- Kyeema
- Coordinates: 35°16′40″S 138°40′18″E﻿ / ﻿35.277754°S 138.6717°E
- Country: Australia
- State: South Australia
- Region: Fleurieu and Kangaroo Island
- LGA: Alexandrina Council;
- Location: 39 km (24 mi) S of Adelaide; 27 km (17 mi) NW of Goolwa;
- Established: 31 August 2000

Government
- • State electorate: Heysen;
- • Federal division: Mayo;

Population
- • Total: 31 (shared with part of Blackfellows Creek (2016 census)
- Time zone: UTC+9:30 (ACST)
- • Summer (DST): UTC+10:30 (ACST)
- Postcode: 5172
- County: Adelaide
- Mean max temp: 19.2 °C (66.6 °F)
- Mean min temp: 10.3 °C (50.5 °F)
- Annual rainfall: 715.9 mm (28.19 in)
Suburbs around Kyeema
| Kuitpo | Kuitpo Blackfellows Creek | Blackfellows Creek |
| Kuitpo Hope Forest Yundi | Kyeema | Blackfellows Creek Kuitpo Colony Mount Magnificent |
| Yundi | Mount Magnificent Yundi | Mount Magnificent |

= Kyeema, South Australia =

Kyeema is a locality in the Australian state of South Australia located about 39 km south of the state capital of Adelaide and about and 27 km north-west of the municipal seat of Goolwa.

Boundaries for the locality were created on 31 August 2000 for the “long established name” which is derived from the former Kyeema Prison Camp (also known as the Kyeema Camp) whose site is in the north of the locality within the boundaries of the Kyeema Conservation Park.
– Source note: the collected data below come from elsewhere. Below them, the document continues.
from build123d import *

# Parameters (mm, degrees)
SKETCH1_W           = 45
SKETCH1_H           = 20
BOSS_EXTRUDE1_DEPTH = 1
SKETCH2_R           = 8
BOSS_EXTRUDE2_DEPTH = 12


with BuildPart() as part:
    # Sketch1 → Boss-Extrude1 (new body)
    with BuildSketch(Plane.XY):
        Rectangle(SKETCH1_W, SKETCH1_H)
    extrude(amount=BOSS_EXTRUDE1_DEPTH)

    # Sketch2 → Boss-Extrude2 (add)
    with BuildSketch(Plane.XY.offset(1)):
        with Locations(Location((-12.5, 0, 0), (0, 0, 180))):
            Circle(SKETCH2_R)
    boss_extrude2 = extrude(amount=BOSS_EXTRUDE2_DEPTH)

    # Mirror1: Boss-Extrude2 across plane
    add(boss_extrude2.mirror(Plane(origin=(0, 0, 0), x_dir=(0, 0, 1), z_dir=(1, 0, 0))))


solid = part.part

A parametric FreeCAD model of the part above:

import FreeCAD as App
import Part
import Sketcher

V = App.Vector

doc = App.newDocument("Part")
params = doc.addObject("Spreadsheet::Sheet", "Params")
for row, (alias, value) in enumerate([
    ("sketch1_width", "45 mm"),
    ("sketch1_height", "20 mm"),
    ("pad1_length", "1 mm"),
    ("sketch2_diameter", "16 mm"),
    ("pad2_length", "12 mm"),
], start=1):
    params.set(f"A{row}", alias)
    params.set(f"B{row}", "=" + value)
    params.setAlias(f"B{row}", alias)

body = doc.addObject("PartDesign::Body", "Body")

# Sketch on XY plane
sketch1 = doc.addObject("Sketcher::SketchObject", "Sketch")
body.addObject(sketch1)
sketch1.AttachmentSupport = (doc.XY_Plane, [""])
sketch1.MapMode = "FlatFace"
sketch1.addGeometry([
    Part.LineSegment(V(-22, 10, 0), V(-22, -10, 0)),
    Part.LineSegment(V(-22, -10, 0), V(22, -10, 0)),
    Part.LineSegment(V(22, -10, 0), V(22, 10, 0)),
    Part.LineSegment(V(22, 10, 0), V(-22, 10, 0)),
], False)
sketch1.addConstraint([
    Sketcher.Constraint("Coincident", 0, 2, 1, 1),
    Sketcher.Constraint("Coincident", 1, 2, 2, 1),
    Sketcher.Constraint("Coincident", 2, 2, 3, 1),
    Sketcher.Constraint("Coincident", 3, 2, 0, 1),
    Sketcher.Constraint("Vertical", 0),
    Sketcher.Constraint("Horizontal", 1),
    Sketcher.Constraint("Vertical", 2),
    Sketcher.Constraint("Horizontal", 3),
    Sketcher.Constraint("Symmetric", 0, 2, 2, 2, -1, 1),
    Sketcher.Constraint("DistanceX", 1, 1, 1, 2, 45.0),
    Sketcher.Constraint("DistanceY", 0, 2, 0, 1, 20.0),
])
sketch1.setExpression("Constraints[9]", "Params.sketch1_width")
sketch1.setExpression("Constraints[10]", "Params.sketch1_height")
pad1 = doc.addObject("PartDesign::Pad", "Pad")
body.addObject(pad1)
pad1.Profile = sketch1
pad1.setExpression("Length", "Params.pad1_length")

# Sketch on XY plane
sketch2 = doc.addObject("Sketcher::SketchObject", "Sketch001")
body.addObject(sketch2)
sketch2.AttachmentSupport = (doc.XY_Plane, [""])
sketch2.MapMode = "FlatFace"
sketch2.AttachmentOffset = App.Placement(V(0, 0, 1), App.Rotation())
sketch2.addGeometry(Part.Circle(V(-12, 0, 0), V(0, 0, 1), 8), False)
sketch2.addConstraint([
    Sketcher.Constraint("PointOnObject", 0, 3, -1),
    Sketcher.Constraint("Diameter", 0, 16.0),
    Sketcher.Constraint("DistanceX", 0, 3, -1, 1, 12.5),
])
sketch2.setExpression("Constraints[1]", "Params.sketch2_diameter")
pad2 = doc.addObject("PartDesign::Pad", "Pad001")
body.addObject(pad2)
pad2.Profile = sketch2
pad2.setExpression("Length", "Params.pad2_length")
doc.recompute()

mirrored = doc.addObject("PartDesign::Mirrored", "Mirrored")
body.addObject(mirrored)
mirrored.Originals = [pad2]
mirrored.MirrorPlane = (doc.YZ_Plane, [""])
body.Tip = mirrored

doc.recompute()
The 2016 Australian census which was conducted in August 2016 reports that Kyeema shared a population of 31 people with the western side of the adjoining locality of Blackfellows Creek.

Land use within the locality is restricted to a range of low-impact agricultural activities by the regulatory requirement not to “adversely affect the quality or quantity of water resources” due to the locality’s location within the Mount Lofty Ranges Watershed. Permitted uses include “commercial forestry, grazing, low intensity farming activity, small scale winery, cellar door sales, small scale restaurant associated with a winery or cellar door sales” and “on-farm rural produce sales.”

Kyeema is located within the federal division of Mayo, the state electoral district of Heysen, and the local government area of the Alexandrina Council.